• Problem details:
From the data below, retype exactly the lines starting with the one that contains "e25 v21 v23 LINE" and ending with the one that contains "v28 (-23.5,-15,3)", both included.

• Data provided:
--- START ---
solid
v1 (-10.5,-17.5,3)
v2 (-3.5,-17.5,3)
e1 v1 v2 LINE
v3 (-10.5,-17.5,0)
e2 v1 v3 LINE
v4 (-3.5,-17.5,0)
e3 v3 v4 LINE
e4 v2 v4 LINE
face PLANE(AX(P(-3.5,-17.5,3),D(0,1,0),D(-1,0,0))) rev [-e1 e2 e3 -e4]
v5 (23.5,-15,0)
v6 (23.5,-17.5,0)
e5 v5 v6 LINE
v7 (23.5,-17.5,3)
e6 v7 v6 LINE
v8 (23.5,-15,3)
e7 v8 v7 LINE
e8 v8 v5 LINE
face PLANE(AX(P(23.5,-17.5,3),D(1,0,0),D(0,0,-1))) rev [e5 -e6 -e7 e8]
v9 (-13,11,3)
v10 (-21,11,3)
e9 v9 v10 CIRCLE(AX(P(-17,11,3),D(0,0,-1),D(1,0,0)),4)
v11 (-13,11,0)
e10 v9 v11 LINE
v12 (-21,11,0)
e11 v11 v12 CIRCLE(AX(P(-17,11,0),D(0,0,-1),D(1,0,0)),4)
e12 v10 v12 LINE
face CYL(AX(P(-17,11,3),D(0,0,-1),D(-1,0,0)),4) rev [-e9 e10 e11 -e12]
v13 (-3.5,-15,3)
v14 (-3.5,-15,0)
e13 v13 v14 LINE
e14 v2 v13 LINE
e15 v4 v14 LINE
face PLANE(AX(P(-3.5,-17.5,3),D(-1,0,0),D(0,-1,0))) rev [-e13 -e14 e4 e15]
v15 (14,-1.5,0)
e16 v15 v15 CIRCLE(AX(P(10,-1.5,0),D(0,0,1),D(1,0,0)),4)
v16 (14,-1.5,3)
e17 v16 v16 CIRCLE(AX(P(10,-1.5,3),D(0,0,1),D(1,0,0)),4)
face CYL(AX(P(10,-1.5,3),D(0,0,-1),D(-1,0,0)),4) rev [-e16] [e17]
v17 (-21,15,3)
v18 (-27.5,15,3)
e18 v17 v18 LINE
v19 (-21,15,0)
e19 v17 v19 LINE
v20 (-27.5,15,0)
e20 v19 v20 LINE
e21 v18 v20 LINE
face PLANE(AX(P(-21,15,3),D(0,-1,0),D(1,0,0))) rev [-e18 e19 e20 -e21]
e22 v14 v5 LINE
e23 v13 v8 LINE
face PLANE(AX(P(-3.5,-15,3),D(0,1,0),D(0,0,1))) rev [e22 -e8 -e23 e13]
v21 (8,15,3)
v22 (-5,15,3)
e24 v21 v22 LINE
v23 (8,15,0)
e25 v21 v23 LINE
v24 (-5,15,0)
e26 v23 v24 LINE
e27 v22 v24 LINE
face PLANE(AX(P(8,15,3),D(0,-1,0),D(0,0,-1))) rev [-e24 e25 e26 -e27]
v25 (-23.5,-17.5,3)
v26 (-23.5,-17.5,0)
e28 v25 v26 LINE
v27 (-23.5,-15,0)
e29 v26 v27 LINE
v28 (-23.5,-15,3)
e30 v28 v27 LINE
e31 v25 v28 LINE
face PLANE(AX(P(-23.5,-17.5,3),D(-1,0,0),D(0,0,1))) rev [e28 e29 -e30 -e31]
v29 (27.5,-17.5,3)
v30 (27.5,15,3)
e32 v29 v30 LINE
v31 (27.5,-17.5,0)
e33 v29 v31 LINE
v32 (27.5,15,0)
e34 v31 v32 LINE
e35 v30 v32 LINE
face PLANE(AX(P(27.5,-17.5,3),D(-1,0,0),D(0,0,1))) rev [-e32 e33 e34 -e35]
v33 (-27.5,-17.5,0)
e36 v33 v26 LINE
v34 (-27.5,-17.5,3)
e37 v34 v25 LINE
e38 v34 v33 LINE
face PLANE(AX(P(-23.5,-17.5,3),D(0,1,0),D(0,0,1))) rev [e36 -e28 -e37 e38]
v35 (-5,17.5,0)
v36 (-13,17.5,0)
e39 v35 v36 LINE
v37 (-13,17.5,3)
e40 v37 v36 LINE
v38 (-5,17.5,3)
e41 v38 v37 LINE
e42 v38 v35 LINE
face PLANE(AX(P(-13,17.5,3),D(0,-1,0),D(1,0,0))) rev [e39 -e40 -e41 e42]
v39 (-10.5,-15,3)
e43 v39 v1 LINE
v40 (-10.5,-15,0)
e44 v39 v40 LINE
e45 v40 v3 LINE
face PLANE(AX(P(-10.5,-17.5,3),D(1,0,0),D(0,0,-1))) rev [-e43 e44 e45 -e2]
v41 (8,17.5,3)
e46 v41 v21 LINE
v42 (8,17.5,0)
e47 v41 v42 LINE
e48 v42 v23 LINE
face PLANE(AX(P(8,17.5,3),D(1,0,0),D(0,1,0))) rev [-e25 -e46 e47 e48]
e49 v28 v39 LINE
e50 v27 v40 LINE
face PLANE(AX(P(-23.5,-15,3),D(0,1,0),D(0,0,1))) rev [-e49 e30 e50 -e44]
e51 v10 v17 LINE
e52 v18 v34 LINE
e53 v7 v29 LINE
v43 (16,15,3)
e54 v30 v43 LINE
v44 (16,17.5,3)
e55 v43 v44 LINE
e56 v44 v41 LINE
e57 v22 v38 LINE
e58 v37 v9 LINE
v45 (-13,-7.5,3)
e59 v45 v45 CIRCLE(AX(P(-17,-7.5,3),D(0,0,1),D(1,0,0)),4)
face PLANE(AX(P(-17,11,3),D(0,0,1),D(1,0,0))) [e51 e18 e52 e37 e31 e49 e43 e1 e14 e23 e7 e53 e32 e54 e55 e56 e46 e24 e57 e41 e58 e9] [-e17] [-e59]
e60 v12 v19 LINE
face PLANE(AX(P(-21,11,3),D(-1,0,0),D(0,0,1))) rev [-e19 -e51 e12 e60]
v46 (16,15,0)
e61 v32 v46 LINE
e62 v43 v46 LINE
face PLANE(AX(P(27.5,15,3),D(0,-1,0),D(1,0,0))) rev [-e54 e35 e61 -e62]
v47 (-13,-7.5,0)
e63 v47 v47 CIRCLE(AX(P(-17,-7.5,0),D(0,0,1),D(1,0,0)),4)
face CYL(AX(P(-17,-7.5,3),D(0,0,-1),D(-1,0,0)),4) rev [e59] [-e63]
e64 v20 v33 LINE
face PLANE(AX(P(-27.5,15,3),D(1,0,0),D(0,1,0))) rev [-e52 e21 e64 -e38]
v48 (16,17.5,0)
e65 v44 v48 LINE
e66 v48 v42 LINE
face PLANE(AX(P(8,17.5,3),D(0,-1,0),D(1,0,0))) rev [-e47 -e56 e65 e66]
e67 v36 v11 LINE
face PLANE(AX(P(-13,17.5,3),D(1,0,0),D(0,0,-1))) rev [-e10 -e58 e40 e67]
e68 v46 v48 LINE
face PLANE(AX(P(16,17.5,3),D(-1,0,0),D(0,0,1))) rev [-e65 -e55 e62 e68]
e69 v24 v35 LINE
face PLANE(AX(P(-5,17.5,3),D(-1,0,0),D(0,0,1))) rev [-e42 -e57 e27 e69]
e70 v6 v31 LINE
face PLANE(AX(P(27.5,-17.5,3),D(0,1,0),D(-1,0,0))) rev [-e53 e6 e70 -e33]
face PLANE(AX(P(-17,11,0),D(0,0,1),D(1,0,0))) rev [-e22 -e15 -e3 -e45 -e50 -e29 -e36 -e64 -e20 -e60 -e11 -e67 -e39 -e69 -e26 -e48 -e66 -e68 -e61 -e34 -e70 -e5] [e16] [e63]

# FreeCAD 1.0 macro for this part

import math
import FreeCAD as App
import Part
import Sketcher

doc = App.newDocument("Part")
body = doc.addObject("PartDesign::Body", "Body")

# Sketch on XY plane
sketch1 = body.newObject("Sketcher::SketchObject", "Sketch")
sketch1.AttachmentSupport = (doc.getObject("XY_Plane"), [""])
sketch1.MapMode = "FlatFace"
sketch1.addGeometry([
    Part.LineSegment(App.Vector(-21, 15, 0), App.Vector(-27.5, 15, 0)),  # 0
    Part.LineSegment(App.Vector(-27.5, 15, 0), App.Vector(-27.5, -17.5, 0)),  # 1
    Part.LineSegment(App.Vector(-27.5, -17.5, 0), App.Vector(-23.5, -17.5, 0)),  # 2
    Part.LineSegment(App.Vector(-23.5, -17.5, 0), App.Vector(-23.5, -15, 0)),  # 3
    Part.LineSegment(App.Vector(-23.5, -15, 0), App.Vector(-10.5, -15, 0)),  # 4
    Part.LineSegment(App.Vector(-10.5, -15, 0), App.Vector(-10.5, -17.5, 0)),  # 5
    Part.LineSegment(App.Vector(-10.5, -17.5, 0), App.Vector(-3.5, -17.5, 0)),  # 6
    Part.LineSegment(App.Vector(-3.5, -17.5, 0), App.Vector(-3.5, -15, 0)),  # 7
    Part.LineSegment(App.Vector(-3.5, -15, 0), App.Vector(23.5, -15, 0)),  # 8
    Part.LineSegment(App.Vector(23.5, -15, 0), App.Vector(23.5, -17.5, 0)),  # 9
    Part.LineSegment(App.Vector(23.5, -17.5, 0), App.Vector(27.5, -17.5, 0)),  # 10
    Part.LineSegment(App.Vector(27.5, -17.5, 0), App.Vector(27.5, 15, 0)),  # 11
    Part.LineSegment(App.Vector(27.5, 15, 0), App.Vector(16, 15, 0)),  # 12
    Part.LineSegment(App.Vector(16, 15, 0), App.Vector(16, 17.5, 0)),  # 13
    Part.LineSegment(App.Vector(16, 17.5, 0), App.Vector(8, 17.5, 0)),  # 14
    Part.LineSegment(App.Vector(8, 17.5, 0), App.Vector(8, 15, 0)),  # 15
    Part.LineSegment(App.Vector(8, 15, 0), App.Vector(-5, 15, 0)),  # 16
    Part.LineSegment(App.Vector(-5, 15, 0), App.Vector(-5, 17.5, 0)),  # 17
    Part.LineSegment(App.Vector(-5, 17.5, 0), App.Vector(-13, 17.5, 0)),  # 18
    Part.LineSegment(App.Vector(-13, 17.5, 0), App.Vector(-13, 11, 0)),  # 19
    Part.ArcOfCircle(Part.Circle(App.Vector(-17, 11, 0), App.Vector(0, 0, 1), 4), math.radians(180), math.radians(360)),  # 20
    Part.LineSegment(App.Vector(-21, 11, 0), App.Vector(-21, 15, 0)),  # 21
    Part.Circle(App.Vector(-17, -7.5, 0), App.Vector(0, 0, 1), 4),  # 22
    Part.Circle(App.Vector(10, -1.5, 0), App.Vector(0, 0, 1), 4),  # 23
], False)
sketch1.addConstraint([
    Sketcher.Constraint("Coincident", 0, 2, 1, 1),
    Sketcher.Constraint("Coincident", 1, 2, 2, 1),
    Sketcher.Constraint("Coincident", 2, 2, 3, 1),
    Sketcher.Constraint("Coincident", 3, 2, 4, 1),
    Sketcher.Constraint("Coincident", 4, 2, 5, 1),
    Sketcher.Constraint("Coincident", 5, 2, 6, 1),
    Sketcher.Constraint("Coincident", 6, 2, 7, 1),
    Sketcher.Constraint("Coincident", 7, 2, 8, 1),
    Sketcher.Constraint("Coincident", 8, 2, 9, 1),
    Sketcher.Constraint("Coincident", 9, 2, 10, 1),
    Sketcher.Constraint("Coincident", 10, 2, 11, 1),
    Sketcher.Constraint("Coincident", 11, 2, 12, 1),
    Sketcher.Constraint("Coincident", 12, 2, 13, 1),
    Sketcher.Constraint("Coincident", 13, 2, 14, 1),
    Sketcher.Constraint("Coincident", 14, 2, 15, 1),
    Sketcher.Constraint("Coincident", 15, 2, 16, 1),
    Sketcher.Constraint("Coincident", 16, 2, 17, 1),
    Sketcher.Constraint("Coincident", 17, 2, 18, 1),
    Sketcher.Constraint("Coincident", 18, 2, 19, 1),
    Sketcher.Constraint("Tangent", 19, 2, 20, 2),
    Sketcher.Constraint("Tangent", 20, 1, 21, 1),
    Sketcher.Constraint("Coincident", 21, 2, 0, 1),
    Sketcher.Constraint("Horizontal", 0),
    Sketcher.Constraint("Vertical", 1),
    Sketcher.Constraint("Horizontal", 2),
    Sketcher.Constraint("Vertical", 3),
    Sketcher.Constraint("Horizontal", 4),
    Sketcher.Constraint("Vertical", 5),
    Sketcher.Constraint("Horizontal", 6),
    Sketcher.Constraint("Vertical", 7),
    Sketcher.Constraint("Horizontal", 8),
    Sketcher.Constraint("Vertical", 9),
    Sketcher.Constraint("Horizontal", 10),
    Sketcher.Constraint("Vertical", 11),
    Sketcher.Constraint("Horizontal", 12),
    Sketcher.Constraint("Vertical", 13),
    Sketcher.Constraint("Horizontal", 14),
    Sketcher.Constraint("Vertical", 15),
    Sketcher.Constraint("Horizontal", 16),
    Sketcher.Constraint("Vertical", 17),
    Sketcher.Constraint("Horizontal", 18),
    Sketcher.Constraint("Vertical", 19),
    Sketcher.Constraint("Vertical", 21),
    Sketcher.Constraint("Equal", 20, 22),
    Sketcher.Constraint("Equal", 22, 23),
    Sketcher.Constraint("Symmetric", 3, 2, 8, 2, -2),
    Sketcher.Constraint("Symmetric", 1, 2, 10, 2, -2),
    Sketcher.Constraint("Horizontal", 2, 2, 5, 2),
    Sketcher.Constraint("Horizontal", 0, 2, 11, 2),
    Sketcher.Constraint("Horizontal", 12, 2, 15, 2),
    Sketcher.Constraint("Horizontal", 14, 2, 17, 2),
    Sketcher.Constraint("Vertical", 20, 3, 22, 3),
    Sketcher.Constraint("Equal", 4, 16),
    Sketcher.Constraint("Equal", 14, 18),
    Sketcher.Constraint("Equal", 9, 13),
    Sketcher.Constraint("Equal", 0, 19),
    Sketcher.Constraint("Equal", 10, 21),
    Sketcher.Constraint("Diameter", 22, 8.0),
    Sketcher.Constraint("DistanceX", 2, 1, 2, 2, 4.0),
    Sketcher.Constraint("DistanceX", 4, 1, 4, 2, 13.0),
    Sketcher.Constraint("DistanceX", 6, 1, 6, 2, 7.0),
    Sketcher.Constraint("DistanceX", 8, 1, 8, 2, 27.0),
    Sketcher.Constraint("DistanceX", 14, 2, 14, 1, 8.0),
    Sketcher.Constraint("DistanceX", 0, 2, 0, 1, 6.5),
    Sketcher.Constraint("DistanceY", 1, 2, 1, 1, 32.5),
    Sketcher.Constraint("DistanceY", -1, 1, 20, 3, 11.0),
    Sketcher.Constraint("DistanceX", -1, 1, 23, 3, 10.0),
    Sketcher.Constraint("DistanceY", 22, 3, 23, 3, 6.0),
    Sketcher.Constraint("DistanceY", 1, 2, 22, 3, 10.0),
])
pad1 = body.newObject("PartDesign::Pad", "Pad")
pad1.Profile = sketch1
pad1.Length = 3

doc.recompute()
--- END ---
• Reply to the exercise:
e25 v21 v23 LINE
v24 (-5,15,0)
e26 v23 v24 LINE
e27 v22 v24 LINE
face PLANE(AX(P(8,15,3),D(0,-1,0),D(0,0,-1))) rev [-e24 e25 e26 -e27]
v25 (-23.5,-17.5,3)
v26 (-23.5,-17.5,0)
e28 v25 v26 LINE
v27 (-23.5,-15,0)
e29 v26 v27 LINE
v28 (-23.5,-15,3)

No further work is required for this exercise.